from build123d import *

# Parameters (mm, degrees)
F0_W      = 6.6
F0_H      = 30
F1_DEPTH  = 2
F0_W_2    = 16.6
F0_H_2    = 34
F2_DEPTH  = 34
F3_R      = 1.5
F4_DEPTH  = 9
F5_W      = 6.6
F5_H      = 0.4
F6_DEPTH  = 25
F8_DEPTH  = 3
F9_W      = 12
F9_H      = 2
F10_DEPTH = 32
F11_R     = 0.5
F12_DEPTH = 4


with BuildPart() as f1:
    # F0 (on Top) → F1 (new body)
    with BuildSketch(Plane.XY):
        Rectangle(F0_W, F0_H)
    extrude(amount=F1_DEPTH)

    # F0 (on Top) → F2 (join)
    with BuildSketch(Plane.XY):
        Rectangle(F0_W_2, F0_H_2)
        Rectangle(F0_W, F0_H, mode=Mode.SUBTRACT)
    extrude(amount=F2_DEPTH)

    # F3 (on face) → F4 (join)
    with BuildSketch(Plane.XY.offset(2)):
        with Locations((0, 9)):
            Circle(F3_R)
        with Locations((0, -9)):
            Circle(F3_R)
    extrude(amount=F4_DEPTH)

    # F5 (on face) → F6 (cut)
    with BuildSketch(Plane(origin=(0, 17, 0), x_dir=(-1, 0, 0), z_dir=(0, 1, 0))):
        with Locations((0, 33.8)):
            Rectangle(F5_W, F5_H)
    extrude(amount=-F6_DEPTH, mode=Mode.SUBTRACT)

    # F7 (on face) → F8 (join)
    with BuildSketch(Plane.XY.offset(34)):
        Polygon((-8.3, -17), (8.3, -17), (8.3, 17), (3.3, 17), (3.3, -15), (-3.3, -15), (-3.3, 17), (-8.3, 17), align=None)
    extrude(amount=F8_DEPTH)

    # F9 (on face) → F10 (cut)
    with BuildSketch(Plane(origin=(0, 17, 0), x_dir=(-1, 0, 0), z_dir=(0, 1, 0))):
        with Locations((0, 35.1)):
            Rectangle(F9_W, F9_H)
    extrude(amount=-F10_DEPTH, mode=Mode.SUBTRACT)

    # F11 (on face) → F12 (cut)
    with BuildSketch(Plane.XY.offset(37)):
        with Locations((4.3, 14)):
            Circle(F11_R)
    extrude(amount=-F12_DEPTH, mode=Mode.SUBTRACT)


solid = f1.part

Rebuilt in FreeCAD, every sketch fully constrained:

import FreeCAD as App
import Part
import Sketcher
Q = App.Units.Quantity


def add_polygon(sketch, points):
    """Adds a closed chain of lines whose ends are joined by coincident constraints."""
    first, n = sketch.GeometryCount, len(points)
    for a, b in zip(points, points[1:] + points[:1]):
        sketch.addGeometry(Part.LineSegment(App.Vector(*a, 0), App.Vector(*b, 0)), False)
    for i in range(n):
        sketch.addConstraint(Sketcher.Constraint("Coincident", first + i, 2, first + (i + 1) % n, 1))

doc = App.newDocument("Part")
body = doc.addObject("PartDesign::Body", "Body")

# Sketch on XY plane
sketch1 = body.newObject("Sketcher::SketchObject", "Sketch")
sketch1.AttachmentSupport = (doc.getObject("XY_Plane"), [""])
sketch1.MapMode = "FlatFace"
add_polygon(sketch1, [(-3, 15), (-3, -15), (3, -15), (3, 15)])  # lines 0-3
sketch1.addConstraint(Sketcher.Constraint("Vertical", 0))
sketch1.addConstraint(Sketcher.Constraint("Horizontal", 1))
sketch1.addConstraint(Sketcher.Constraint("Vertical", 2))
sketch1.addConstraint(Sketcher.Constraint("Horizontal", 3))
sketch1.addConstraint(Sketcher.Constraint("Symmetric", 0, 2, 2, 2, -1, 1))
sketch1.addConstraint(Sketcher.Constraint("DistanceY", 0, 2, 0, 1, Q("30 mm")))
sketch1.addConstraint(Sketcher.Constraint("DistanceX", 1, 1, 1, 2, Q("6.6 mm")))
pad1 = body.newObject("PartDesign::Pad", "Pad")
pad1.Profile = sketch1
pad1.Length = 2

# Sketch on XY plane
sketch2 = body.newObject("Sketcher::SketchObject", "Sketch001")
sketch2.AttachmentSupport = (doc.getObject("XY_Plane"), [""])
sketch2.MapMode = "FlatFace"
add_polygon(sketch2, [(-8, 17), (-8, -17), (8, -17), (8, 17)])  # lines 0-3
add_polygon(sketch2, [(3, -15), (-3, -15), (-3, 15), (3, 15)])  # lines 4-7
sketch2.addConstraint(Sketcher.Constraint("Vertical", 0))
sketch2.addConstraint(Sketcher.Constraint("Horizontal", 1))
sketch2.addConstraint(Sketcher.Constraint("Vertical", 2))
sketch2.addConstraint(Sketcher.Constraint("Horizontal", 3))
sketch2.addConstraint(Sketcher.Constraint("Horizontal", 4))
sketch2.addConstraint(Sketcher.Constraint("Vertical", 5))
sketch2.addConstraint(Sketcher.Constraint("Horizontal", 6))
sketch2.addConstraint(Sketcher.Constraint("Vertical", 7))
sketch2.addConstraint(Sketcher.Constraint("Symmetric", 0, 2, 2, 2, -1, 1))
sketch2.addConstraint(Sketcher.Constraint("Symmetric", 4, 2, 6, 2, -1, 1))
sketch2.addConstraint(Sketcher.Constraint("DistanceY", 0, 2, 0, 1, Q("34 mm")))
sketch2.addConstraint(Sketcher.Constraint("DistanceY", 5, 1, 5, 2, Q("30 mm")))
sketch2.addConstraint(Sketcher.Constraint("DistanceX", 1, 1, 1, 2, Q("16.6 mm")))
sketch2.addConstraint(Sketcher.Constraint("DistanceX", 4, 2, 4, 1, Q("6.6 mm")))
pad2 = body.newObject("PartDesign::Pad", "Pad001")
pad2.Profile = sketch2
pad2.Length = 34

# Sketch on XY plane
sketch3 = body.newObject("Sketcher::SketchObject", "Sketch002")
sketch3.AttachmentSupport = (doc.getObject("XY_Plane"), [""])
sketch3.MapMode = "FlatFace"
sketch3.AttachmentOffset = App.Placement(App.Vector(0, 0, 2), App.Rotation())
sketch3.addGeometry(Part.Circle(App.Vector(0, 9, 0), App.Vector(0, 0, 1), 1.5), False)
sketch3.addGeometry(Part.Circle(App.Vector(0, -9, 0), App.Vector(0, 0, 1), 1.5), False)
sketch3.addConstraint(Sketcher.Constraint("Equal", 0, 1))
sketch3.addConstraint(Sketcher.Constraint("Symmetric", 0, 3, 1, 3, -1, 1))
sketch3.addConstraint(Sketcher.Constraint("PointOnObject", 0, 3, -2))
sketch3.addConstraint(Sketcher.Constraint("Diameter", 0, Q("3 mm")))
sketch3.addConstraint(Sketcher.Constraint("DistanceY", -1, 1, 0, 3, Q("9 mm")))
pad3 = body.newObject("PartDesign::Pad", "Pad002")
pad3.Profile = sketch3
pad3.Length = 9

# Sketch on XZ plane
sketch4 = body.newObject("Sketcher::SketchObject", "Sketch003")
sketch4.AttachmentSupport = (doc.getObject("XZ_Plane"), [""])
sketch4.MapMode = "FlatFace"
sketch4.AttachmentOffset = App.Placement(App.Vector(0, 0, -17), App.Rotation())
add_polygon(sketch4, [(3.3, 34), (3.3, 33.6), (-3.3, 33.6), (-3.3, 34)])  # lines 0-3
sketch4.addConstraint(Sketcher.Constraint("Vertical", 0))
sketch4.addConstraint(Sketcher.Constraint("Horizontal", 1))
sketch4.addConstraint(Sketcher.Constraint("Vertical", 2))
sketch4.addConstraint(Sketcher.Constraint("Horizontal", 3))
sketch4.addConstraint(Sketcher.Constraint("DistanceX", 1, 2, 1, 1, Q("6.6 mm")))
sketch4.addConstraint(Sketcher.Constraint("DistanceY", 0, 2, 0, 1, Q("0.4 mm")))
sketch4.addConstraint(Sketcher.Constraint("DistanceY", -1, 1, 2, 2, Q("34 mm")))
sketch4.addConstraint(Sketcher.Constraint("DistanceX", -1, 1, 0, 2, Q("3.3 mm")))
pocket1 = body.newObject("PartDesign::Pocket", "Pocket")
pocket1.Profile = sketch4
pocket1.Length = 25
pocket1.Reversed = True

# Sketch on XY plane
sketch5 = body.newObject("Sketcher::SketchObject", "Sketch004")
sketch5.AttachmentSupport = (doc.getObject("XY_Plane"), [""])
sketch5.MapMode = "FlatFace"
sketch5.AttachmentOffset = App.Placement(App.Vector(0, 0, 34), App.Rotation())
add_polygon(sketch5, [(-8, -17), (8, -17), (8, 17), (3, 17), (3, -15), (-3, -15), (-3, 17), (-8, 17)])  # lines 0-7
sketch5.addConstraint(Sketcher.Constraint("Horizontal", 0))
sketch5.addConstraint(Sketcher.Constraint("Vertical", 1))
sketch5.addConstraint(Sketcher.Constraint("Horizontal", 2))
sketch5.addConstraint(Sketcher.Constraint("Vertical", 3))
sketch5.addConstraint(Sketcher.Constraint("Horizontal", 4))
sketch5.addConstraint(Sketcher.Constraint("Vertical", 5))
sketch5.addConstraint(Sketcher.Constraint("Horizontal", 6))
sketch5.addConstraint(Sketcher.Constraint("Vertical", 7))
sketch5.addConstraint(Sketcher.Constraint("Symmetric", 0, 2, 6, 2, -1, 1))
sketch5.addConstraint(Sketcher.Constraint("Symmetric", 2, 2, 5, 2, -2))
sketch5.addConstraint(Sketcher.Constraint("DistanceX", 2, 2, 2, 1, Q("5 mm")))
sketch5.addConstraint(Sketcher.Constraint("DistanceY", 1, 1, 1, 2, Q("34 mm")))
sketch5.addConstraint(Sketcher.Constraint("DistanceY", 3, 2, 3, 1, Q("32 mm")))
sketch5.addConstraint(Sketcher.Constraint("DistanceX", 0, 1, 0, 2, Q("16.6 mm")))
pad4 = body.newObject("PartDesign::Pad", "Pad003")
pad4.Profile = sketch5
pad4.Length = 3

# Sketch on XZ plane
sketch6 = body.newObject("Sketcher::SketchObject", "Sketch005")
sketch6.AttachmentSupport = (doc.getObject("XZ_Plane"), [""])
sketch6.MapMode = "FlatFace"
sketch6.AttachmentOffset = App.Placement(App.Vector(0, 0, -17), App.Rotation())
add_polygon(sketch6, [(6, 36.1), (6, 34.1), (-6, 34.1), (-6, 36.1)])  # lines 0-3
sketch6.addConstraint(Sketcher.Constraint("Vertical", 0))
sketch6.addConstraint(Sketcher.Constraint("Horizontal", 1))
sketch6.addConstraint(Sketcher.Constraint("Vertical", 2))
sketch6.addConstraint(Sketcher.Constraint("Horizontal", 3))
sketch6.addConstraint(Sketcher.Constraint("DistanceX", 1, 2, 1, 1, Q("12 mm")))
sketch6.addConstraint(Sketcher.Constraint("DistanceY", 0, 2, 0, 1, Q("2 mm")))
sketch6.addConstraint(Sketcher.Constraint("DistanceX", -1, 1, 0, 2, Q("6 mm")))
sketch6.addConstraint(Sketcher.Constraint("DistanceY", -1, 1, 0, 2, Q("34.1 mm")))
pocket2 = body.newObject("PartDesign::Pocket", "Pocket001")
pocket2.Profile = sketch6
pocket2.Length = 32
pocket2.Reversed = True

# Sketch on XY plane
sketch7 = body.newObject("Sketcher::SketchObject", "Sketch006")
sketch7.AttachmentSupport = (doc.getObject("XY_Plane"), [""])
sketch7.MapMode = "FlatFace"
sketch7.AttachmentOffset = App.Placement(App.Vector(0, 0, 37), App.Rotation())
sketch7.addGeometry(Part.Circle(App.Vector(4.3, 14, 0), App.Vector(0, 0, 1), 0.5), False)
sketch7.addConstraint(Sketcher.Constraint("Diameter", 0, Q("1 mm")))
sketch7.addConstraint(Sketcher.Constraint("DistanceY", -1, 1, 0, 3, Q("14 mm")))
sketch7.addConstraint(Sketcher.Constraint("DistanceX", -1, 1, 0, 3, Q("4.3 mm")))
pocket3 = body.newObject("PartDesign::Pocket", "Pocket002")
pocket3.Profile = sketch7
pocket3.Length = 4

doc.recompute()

* Brief:
Look through the entries above and quote exactly the lines from the line with "# F3 (on face) → F4 (join)" to the line with "Rebuilt in FreeCAD, every", counting both of those lines.

* Written answer:
    # F3 (on face) → F4 (join)
    with BuildSketch(Plane.XY.offset(2)):
        with Locations((0, 9)):
            Circle(F3_R)
        with Locations((0, -9)):
            Circle(F3_R)
    extrude(amount=F4_DEPTH)

    # F5 (on face) → F6 (cut)
    with BuildSketch(Plane(origin=(0, 17, 0), x_dir=(-1, 0, 0), z_dir=(0, 1, 0))):
        with Locations((0, 33.8)):
            Rectangle(F5_W, F5_H)
    extrude(amount=-F6_DEPTH, mode=Mode.SUBTRACT)

    # F7 (on face) → F8 (join)
    with BuildSketch(Plane.XY.offset(34)):
        Polygon((-8.3, -17), (8.3, -17), (8.3, 17), (3.3, 17), (3.3, -15), (-3.3, -15), (-3.3, 17), (-8.3, 17), align=None)
    extrude(amount=F8_DEPTH)

    # F9 (on face) → F10 (cut)
    with BuildSketch(Plane(origin=(0, 17, 0), x_dir=(-1, 0, 0), z_dir=(0, 1, 0))):
        with Locations((0, 35.1)):
            Rectangle(F9_W, F9_H)
    extrude(amount=-F10_DEPTH, mode=Mode.SUBTRACT)

    # F11 (on face) → F12 (cut)
    with BuildSketch(Plane.XY.offset(37)):
        with Locations((4.3, 14)):
            Circle(F11_R)
    extrude(amount=-F12_DEPTH, mode=Mode.SUBTRACT)


solid = f1.part

Rebuilt in FreeCAD, every sketch fully constrained:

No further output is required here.